§ To do: Given the entries that follow, write out exactly the lines starting at the one containing "e28 v24 v25 LINE" and ending at the one containing "rev [e32] [-e33]", both ends included, and only those.

§ Records for this task:
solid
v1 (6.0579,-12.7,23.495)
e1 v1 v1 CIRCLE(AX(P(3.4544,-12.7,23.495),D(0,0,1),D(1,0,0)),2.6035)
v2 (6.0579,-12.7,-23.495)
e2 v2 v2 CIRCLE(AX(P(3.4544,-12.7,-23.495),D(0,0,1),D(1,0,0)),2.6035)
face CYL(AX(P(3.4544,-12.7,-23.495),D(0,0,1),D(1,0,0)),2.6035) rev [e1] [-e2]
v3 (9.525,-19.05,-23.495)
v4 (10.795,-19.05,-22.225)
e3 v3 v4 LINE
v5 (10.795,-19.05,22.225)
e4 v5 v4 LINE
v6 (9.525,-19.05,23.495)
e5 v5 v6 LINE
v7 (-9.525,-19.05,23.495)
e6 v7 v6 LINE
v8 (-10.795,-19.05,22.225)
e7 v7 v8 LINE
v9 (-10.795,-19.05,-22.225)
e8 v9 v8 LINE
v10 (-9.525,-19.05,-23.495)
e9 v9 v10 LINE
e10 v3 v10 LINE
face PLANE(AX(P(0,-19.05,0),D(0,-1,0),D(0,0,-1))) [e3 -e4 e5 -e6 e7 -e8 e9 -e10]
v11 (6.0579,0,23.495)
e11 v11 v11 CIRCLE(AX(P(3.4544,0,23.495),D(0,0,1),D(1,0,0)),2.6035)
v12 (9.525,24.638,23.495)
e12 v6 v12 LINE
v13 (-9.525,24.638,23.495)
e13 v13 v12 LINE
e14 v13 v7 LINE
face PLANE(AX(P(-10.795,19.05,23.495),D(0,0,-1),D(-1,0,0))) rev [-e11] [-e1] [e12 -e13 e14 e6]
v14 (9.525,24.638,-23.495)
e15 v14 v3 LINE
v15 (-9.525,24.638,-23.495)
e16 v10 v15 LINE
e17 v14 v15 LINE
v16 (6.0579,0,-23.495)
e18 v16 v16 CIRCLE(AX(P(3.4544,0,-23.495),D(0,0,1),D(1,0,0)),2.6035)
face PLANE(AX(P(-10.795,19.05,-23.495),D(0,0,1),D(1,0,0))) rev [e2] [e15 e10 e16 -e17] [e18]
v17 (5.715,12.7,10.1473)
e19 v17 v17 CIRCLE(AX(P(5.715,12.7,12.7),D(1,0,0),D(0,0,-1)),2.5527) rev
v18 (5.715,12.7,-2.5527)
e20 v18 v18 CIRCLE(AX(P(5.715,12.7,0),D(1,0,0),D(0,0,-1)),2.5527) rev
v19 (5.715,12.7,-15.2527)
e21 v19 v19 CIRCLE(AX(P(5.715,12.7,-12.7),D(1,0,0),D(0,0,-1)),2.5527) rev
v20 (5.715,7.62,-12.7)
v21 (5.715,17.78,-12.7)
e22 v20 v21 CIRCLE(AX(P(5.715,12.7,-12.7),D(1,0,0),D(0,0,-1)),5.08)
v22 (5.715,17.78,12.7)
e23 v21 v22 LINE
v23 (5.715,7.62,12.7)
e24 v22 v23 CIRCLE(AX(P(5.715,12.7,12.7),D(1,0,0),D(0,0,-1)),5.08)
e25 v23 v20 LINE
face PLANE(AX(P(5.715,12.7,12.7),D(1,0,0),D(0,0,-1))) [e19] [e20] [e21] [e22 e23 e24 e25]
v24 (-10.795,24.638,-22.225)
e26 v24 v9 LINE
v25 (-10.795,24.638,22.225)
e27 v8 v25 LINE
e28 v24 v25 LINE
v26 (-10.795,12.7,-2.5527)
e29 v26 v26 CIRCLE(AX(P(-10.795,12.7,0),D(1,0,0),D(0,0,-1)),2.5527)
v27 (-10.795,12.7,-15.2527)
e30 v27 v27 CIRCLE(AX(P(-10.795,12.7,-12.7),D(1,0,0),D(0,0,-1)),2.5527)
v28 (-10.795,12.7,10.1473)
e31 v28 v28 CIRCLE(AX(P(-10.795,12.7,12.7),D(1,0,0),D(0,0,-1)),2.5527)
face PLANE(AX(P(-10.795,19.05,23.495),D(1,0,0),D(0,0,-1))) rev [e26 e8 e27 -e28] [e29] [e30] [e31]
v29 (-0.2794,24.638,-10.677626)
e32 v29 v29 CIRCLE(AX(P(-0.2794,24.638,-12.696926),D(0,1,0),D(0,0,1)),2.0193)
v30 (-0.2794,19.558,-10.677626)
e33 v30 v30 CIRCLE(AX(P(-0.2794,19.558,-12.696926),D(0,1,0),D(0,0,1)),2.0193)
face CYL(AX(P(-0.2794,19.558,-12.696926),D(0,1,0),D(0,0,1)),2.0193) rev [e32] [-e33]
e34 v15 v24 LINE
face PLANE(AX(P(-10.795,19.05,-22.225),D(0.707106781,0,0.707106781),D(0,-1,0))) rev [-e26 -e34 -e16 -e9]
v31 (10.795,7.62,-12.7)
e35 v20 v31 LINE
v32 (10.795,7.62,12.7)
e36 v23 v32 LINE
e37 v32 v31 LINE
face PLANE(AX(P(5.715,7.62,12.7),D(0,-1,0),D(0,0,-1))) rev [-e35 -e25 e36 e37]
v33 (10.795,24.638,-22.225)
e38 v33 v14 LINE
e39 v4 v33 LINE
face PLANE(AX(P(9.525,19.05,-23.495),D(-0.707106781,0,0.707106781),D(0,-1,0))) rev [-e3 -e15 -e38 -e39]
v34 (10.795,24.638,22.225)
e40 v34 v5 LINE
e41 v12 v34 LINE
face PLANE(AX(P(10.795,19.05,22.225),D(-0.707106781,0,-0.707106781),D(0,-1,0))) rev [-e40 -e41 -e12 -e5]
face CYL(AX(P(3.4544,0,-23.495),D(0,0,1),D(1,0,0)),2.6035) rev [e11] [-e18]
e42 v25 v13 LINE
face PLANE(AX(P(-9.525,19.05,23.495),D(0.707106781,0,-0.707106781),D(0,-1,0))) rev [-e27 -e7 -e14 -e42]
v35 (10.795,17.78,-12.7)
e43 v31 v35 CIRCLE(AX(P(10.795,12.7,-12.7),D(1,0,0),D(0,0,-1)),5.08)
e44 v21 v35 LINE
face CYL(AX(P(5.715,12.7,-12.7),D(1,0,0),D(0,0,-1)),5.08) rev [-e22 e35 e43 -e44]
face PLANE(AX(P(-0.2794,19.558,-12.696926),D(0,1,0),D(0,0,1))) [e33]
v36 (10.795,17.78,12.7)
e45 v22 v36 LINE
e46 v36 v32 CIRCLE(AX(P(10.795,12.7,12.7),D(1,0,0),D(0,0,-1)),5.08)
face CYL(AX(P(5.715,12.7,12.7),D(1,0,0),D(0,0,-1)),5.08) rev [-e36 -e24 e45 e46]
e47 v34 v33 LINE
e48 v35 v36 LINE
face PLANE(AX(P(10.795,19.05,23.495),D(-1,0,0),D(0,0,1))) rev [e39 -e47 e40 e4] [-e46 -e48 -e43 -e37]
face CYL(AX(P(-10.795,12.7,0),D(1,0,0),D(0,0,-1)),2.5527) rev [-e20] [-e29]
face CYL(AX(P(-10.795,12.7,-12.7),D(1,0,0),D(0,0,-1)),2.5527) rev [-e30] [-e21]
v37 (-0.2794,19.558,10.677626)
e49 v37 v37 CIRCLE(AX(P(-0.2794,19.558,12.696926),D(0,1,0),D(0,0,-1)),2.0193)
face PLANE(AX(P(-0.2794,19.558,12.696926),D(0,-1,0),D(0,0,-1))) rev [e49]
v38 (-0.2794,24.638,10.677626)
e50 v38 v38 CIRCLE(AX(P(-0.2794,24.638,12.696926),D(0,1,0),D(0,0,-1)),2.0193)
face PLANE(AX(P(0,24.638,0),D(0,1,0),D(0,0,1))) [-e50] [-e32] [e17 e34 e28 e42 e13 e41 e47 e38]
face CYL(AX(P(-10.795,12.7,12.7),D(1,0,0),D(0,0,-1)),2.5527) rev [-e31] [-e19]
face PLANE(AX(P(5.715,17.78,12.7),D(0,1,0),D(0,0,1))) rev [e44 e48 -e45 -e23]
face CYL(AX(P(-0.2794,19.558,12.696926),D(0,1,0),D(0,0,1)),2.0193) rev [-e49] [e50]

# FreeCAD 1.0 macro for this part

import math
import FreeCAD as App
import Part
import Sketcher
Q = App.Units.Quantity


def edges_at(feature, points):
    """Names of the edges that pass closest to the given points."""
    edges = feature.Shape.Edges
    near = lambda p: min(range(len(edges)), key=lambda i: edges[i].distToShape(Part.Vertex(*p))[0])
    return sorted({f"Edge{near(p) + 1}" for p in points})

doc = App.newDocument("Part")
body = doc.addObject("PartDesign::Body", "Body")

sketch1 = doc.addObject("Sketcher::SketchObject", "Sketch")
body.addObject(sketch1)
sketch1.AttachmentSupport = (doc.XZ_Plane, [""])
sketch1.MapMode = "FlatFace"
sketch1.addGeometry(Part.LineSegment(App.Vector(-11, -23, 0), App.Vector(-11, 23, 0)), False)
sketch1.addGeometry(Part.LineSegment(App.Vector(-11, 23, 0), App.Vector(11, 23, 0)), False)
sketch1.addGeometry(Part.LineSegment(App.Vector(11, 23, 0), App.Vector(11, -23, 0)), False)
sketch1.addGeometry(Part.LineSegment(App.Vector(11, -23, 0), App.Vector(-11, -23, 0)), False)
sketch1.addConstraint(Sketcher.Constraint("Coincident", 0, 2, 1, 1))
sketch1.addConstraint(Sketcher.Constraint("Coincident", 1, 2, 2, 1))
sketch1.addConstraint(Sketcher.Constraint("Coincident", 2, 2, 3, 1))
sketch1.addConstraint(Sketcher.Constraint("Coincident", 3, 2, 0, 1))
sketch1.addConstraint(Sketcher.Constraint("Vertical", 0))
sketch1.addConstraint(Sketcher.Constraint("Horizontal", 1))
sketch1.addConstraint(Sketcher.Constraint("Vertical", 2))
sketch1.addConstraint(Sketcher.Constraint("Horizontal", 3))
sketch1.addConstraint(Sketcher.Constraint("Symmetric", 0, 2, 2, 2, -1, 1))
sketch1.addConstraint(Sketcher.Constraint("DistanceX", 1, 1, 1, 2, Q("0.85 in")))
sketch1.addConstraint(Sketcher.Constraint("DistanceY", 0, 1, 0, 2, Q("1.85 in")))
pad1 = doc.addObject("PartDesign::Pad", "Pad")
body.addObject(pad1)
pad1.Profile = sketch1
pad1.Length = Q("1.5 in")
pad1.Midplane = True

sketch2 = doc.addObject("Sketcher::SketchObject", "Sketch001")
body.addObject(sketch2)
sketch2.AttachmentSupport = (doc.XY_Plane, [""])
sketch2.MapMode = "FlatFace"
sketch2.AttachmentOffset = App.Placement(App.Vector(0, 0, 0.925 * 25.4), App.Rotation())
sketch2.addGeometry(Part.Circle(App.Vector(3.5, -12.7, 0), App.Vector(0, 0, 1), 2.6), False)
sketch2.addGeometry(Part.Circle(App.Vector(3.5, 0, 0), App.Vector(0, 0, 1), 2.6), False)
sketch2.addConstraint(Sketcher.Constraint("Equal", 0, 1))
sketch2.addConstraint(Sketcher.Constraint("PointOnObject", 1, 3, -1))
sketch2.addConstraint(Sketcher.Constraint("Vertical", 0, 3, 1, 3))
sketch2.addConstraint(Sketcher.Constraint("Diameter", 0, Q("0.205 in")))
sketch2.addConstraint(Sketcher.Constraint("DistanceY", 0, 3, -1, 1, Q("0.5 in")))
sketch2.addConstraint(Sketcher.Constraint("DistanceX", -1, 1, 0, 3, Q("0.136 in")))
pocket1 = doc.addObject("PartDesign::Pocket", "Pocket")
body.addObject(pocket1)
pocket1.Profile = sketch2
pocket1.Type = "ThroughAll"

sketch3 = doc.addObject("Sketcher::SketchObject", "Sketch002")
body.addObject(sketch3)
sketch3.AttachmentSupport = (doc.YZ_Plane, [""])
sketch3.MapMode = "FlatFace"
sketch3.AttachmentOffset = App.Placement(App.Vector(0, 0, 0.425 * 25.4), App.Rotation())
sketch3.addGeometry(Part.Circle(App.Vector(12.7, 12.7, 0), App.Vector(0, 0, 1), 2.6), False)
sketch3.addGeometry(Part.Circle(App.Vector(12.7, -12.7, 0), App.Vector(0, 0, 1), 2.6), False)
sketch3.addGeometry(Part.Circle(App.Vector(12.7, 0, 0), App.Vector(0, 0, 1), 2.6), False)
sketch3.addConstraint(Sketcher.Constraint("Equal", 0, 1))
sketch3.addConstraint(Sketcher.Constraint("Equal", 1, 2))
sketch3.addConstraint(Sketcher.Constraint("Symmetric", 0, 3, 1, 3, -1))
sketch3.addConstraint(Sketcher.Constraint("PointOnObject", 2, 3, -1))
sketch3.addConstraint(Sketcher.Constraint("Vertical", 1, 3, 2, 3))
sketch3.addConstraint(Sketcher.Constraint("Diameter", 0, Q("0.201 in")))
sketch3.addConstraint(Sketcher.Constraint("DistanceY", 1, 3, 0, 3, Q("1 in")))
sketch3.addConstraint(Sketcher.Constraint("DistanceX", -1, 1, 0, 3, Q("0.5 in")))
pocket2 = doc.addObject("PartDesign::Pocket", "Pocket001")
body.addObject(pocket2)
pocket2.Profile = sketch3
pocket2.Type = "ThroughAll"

...

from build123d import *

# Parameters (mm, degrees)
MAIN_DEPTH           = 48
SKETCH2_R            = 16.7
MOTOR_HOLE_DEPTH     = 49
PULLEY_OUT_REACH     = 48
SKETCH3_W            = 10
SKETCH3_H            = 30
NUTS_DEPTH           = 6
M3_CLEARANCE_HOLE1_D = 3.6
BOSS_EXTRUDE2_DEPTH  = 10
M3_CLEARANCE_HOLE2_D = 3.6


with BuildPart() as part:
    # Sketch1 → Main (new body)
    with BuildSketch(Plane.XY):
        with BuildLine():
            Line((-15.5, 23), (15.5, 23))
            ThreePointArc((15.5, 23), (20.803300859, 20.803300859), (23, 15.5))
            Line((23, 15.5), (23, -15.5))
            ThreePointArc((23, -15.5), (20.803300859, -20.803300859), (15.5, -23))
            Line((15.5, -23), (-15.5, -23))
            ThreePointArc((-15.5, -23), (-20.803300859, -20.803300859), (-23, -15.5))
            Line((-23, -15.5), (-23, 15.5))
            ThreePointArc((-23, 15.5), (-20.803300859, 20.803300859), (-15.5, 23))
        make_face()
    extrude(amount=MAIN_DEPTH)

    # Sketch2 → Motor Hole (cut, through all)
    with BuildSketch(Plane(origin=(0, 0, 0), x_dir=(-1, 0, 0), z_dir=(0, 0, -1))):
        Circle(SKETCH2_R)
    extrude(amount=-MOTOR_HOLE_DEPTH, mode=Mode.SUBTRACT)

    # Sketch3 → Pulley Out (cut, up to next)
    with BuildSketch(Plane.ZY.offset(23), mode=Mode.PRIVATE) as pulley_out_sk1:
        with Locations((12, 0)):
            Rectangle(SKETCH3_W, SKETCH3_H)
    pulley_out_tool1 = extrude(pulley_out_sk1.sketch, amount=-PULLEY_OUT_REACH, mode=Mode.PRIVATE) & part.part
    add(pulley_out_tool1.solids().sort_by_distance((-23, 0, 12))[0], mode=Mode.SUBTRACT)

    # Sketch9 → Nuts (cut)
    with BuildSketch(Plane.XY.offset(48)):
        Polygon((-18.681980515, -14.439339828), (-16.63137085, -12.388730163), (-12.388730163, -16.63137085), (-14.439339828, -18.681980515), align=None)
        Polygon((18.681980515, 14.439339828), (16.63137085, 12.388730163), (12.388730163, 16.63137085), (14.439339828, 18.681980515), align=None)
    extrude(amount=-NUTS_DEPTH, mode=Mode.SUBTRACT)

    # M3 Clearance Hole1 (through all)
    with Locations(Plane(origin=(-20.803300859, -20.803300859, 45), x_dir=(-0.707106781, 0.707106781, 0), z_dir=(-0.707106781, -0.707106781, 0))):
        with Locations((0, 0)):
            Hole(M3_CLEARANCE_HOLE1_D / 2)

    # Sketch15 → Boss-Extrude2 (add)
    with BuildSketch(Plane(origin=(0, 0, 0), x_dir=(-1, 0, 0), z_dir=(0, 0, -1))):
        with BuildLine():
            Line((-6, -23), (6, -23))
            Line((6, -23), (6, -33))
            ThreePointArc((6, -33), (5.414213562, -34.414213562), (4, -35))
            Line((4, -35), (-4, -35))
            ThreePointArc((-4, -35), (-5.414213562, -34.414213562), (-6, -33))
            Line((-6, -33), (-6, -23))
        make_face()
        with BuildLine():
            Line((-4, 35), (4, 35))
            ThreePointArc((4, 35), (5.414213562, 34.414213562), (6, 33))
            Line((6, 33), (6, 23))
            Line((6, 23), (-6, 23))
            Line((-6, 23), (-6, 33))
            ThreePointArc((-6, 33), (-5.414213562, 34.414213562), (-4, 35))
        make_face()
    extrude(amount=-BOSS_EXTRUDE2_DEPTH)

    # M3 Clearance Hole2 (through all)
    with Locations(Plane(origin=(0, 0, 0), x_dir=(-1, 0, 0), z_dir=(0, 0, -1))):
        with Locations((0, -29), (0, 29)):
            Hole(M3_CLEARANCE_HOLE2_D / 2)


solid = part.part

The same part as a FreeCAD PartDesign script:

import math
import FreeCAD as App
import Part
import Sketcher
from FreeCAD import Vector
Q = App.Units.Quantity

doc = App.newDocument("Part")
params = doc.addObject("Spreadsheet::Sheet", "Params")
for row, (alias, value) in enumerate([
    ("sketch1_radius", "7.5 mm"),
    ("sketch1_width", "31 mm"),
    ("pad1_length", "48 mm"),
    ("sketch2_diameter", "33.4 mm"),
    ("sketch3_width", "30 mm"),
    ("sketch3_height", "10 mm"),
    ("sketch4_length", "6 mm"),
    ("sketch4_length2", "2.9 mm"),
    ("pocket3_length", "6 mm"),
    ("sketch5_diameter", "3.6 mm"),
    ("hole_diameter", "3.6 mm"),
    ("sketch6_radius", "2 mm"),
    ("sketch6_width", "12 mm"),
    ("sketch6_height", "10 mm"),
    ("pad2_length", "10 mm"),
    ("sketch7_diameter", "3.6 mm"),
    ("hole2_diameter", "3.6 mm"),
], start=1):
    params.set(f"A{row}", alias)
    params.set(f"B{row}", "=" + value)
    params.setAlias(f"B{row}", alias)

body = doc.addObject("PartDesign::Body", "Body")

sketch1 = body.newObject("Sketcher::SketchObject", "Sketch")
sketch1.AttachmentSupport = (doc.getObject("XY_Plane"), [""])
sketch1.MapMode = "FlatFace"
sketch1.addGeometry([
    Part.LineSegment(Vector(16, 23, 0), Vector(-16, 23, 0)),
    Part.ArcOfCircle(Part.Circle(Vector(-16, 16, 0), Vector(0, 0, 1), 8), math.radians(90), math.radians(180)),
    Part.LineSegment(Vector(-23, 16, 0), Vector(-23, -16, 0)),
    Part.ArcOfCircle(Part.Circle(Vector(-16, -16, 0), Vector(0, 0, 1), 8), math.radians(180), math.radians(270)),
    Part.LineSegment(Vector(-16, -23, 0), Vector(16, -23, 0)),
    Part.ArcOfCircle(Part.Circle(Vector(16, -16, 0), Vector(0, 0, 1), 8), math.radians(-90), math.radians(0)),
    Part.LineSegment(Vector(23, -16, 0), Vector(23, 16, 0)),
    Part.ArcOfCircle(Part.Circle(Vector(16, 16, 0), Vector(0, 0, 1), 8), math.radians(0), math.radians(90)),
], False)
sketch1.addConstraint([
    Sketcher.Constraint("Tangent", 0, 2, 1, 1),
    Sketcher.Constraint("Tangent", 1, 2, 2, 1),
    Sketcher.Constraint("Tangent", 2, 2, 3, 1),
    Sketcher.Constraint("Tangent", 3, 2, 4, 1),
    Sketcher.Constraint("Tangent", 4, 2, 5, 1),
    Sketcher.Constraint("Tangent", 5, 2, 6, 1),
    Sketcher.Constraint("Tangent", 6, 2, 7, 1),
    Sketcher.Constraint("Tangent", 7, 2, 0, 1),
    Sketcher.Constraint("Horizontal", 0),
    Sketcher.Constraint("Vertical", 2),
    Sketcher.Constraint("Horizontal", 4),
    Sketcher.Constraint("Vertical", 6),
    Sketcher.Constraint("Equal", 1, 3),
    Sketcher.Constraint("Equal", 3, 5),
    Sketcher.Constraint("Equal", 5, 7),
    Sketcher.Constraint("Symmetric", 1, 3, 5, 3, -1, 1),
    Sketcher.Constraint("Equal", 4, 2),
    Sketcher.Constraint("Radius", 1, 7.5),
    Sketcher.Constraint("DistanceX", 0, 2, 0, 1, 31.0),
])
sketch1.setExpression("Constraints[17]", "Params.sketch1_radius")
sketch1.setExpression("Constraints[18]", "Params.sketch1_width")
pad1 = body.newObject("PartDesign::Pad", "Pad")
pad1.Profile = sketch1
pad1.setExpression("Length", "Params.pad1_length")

§ Solution to this task:
e28 v24 v25 LINE
v26 (-10.795,12.7,-2.5527)
e29 v26 v26 CIRCLE(AX(P(-10.795,12.7,0),D(1,0,0),D(0,0,-1)),2.5527)
v27 (-10.795,12.7,-15.2527)
e30 v27 v27 CIRCLE(AX(P(-10.795,12.7,-12.7),D(1,0,0),D(0,0,-1)),2.5527)
v28 (-10.795,12.7,10.1473)
e31 v28 v28 CIRCLE(AX(P(-10.795,12.7,12.7),D(1,0,0),D(0,0,-1)),2.5527)
face PLANE(AX(P(-10.795,19.05,23.495),D(1,0,0),D(0,0,-1))) rev [e26 e8 e27 -e28] [e29] [e30] [e31]
v29 (-0.2794,24.638,-10.677626)
e32 v29 v29 CIRCLE(AX(P(-0.2794,24.638,-12.696926),D(0,1,0),D(0,0,1)),2.0193)
v30 (-0.2794,19.558,-10.677626)
e33 v30 v30 CIRCLE(AX(P(-0.2794,19.558,-12.696926),D(0,1,0),D(0,0,1)),2.0193)
face CYL(AX(P(-0.2794,19.558,-12.696926),D(0,1,0),D(0,0,1)),2.0193) rev [e32] [-e33]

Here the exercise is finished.